Aron’s works pointed to an unexpected regeneration of taste and an adaptation to modern habits, in dress and in the evocation of an uneasy and troubled psyche, of the far-fetched and timeless art that is expressed through the religious iconography of Madonnas and saints. Demetz had built on the craft tradition and, like André Chénier, had uncovered new thoughts in ancient gestures.
Going to see him on impulse, entranced by some of his images, one winter’s night at Selva di Val Gardena, revealed to me not just the constancy of the quality that was already recognizable in reproductions and in the rare examples I had occasionally come across, but also the disarming candor of a regular guy, nothing at all to do with the type of the rebellious and original artist who puts on airs to comply with the canons of genius and dissolution. Demetz might even appear too humble and decent. But his works spoke of a very strong self-belief, of an ideal attained and transferred into form. Some of his sculptures are already memorable and illustrate innocence tempted, when not confused, by a secret thought, by a mysterious concentration that unexpectedly animates the inert and dead forms of religious handicraft. And yet in his sculptures there is the yearning for a revelation, the nostalgia for a lost paradise, the continual allusion to innocence threatened by the anxieties of adolescence.
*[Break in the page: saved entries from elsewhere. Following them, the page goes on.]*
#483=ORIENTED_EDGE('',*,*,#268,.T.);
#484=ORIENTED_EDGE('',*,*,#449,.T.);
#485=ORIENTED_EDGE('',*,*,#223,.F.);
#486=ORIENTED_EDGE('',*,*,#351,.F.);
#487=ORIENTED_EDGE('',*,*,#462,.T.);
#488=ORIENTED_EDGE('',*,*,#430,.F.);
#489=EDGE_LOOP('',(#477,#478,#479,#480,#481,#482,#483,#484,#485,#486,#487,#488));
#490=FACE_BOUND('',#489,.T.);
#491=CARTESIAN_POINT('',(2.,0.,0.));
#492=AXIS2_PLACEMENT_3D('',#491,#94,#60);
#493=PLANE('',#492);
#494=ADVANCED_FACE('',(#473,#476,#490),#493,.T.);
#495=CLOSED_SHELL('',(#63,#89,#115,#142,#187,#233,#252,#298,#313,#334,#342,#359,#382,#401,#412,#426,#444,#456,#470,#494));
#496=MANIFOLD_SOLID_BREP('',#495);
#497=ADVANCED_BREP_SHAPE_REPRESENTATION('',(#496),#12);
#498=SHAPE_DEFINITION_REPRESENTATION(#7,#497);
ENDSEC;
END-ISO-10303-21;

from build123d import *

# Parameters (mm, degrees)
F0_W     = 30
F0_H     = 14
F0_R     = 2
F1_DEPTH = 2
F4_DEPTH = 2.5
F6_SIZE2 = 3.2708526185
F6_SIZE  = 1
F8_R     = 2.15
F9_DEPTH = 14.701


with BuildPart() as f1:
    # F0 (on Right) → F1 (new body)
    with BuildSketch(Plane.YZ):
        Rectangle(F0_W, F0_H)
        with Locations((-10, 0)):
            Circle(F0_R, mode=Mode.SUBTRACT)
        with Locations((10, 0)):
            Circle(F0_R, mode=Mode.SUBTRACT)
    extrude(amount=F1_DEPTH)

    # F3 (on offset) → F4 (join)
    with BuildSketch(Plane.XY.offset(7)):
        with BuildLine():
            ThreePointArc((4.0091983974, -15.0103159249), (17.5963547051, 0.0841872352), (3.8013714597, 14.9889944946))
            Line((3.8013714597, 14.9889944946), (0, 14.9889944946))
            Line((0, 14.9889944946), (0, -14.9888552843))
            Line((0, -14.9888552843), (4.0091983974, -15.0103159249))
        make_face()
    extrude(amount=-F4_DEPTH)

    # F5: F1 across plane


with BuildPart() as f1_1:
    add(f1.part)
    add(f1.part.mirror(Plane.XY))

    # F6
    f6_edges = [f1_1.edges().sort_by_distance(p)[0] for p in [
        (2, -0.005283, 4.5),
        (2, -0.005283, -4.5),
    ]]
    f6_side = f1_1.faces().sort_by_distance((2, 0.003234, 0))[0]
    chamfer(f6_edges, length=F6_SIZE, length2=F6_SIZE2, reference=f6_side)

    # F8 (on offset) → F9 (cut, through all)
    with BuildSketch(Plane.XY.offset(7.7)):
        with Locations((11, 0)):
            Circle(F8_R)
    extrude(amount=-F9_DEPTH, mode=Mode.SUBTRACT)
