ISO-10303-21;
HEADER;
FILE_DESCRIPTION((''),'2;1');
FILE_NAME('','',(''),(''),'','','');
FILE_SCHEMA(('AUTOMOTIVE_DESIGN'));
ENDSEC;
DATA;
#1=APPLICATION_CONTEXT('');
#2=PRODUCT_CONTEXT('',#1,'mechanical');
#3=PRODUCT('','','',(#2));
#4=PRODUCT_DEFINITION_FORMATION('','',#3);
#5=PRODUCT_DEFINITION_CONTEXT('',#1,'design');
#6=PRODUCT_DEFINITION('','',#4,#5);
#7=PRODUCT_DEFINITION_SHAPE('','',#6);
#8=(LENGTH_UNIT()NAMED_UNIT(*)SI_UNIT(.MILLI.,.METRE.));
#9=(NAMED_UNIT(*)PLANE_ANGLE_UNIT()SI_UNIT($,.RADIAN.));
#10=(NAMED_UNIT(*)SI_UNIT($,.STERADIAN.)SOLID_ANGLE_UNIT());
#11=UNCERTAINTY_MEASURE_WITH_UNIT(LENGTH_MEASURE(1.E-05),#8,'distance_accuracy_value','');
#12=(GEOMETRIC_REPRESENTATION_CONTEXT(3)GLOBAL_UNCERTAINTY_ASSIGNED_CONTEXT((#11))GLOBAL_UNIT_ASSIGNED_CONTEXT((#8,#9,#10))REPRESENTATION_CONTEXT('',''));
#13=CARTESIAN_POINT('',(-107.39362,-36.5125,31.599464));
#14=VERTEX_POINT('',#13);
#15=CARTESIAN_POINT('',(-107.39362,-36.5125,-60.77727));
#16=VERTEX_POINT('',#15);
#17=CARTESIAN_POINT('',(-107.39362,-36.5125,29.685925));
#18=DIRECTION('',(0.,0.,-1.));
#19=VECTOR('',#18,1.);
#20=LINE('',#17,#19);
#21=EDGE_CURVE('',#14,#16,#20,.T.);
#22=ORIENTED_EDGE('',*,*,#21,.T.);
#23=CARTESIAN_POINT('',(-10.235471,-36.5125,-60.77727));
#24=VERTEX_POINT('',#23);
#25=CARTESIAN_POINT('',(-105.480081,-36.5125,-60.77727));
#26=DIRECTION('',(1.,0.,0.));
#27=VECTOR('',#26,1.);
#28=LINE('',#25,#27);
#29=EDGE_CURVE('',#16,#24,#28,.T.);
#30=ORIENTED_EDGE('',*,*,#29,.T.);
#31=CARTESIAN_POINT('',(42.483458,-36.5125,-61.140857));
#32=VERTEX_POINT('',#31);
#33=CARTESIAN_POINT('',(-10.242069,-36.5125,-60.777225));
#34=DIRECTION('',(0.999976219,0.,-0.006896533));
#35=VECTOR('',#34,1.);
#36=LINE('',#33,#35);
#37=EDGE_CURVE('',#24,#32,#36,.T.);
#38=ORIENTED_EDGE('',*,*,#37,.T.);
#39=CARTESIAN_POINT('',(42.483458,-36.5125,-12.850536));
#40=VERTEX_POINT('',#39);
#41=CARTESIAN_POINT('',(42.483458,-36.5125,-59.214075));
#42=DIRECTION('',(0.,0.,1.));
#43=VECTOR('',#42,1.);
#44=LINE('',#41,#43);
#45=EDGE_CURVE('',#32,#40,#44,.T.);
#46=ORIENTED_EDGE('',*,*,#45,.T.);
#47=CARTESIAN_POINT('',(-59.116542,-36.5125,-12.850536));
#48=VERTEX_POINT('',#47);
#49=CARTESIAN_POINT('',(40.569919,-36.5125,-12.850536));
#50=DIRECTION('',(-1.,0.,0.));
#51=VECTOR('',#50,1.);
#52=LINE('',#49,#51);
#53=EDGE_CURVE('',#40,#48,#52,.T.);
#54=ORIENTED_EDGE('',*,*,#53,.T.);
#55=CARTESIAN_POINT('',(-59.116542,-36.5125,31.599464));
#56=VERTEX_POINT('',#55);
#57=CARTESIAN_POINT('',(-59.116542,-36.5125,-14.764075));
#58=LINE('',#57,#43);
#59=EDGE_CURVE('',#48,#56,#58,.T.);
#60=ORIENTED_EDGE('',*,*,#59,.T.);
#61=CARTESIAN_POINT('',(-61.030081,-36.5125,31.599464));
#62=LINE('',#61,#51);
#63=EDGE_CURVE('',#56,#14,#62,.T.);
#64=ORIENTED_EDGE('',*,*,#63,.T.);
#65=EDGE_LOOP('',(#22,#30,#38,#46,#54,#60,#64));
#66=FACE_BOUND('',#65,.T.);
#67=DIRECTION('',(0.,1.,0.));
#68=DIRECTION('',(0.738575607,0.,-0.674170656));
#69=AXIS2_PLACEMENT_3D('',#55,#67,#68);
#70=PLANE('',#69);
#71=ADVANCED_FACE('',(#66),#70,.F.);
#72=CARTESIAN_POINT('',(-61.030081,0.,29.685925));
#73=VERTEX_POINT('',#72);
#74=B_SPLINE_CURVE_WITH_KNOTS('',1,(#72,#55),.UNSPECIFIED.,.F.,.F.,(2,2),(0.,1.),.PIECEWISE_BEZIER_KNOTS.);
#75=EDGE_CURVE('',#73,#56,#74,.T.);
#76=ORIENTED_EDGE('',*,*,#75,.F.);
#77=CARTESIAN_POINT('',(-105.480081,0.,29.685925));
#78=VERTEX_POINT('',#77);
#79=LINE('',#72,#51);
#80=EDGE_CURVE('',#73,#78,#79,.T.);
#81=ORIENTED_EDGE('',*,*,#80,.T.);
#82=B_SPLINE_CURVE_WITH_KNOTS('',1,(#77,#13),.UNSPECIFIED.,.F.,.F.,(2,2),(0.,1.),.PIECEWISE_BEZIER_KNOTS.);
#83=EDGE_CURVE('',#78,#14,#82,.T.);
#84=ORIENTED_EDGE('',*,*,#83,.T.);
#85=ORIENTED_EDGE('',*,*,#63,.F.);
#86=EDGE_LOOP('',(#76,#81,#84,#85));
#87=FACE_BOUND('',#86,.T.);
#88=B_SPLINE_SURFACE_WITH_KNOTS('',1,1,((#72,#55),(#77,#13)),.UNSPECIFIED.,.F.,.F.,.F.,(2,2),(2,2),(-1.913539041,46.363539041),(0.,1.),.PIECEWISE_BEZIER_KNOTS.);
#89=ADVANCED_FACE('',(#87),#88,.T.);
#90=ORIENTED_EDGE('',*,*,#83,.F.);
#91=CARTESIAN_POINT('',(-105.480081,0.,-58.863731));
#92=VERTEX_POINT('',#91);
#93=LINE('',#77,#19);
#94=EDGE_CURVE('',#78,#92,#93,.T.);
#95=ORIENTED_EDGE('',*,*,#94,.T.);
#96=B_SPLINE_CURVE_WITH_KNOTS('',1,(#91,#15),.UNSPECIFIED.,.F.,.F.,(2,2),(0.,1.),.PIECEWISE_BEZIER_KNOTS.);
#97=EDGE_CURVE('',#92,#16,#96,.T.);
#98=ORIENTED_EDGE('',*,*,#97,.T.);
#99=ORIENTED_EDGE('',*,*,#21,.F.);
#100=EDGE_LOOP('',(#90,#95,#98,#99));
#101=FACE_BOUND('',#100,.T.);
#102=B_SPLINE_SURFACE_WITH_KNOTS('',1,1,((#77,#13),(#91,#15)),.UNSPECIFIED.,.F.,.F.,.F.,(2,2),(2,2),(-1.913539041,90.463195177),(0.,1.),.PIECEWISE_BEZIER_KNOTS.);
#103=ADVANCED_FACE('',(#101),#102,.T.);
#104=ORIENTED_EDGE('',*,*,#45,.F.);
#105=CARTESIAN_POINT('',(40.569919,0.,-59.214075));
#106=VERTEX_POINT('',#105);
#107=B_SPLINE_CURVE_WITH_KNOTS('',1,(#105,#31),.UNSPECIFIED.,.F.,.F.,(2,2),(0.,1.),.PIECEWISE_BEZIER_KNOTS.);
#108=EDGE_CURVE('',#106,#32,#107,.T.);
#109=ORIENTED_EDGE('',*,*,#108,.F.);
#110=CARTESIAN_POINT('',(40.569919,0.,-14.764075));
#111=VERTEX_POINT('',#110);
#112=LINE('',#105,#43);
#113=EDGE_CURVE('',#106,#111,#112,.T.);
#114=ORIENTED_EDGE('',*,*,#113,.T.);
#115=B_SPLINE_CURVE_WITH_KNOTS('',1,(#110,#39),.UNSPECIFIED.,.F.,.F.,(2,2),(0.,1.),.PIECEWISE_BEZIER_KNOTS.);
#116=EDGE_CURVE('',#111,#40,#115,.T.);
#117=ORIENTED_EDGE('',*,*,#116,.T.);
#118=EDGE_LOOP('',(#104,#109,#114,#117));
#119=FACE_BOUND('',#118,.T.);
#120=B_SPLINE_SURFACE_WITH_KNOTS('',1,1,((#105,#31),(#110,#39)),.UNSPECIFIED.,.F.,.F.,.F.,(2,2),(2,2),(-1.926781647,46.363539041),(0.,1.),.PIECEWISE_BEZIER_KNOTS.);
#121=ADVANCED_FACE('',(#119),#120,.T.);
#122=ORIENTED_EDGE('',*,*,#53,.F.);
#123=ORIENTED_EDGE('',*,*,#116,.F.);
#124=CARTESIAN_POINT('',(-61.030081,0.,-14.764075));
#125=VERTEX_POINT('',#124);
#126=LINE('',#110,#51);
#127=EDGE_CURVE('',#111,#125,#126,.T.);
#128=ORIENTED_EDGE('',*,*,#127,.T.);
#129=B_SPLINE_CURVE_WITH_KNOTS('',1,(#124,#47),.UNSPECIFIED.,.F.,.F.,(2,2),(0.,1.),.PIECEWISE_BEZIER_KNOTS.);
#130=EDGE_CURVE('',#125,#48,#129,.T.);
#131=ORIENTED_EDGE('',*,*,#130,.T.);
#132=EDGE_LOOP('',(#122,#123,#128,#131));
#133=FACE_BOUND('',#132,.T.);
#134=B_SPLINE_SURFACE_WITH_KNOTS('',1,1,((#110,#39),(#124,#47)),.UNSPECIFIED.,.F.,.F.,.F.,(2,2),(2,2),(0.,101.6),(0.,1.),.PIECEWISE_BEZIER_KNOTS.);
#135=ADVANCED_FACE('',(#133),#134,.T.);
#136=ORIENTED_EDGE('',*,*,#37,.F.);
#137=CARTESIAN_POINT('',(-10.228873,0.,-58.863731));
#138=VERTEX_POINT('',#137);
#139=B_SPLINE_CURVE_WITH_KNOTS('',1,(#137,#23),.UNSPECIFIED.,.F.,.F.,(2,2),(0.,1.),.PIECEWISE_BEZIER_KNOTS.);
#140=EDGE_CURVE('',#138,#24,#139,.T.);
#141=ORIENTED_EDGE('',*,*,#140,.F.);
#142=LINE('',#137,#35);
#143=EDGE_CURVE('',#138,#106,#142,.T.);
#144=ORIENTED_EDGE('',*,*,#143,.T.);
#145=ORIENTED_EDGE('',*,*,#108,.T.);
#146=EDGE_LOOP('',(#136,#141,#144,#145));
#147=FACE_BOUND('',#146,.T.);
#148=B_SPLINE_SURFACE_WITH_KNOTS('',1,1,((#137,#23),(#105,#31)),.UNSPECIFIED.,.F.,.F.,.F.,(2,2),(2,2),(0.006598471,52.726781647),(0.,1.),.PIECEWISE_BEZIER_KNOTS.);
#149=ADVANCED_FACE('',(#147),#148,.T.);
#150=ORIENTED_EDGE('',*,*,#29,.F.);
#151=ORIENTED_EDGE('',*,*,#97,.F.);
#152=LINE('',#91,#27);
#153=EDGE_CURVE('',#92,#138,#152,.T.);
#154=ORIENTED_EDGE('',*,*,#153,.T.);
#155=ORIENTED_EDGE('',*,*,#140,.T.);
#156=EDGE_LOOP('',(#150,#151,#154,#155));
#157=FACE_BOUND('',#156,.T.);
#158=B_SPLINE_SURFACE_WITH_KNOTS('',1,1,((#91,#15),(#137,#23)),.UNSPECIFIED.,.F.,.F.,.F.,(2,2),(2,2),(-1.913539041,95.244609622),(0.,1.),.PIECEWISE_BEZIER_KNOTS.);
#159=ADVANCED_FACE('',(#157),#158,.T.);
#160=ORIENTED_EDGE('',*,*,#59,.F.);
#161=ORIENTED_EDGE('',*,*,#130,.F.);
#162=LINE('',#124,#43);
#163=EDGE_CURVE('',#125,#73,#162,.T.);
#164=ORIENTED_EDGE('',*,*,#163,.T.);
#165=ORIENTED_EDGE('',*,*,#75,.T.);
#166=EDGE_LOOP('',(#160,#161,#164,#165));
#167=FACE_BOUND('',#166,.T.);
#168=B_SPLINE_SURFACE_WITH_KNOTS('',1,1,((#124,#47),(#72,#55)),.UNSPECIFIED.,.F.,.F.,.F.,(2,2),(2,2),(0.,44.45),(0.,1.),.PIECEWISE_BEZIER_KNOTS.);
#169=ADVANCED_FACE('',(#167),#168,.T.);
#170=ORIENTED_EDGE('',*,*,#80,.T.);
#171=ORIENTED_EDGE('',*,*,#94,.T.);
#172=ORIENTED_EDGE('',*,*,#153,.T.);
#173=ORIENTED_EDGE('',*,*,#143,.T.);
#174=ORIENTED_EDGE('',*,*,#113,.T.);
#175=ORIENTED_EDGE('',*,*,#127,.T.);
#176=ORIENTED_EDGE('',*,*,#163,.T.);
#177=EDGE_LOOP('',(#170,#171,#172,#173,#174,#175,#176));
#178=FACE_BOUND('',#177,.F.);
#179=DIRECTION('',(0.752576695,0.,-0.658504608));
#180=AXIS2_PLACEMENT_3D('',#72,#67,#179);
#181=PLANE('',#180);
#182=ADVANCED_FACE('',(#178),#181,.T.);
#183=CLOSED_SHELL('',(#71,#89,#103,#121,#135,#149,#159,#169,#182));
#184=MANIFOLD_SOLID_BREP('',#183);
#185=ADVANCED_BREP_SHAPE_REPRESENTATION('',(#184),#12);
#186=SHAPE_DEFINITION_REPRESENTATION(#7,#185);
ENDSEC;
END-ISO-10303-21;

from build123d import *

# Parameters (mm, degrees)
F1_DEPTH = 36.5125
F1_TAPER = -3


with BuildPart() as f1:
    # F0 (on Front) → F1 (new body)
    with BuildSketch(Plane.XZ):
        Polygon((-61.0300807763, 29.6859250018), (-105.4800807763, 29.6859250018), (-105.4800807763, -58.8637311338), (-10.228872683, -58.8637311338), (40.5699192237, -59.2140749982), (40.5699192237, -14.7640749982), (-61.0300807763, -14.7640749982), align=None)
    extrude(amount=F1_DEPTH, taper=F1_TAPER)


solid = f1.part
This ambiguity makes the works of Demetz’s early period so poetic. But this element that characterizes so much sculpture of adolescence, from Francesco di Valdambrino to Donatello, Michelangelo and Fazzini, breaks down in his most recent production, heralded by a work on show in the tower of Milan’s Archeological Museum. Here Demetz seems to want to explore new directions, seeking a way out of the naturalistic vocation that is congenial to him, however tempered by an intense spirituality.
The result is a conceptual, deliberately anti-sentimental kind of sculpture, distanced by a coating of silver. Comprising works that present an archetype oscillating between the kouroi and the Apollo of the Olympia Master, where the classicism becomes mental, conceptual. Up to this point I followed him. Now in the brightly lit rooms of the PAC, he is being followed with curiosity by Danilo Eccher.
In this phase, we can say that we are watching him grow.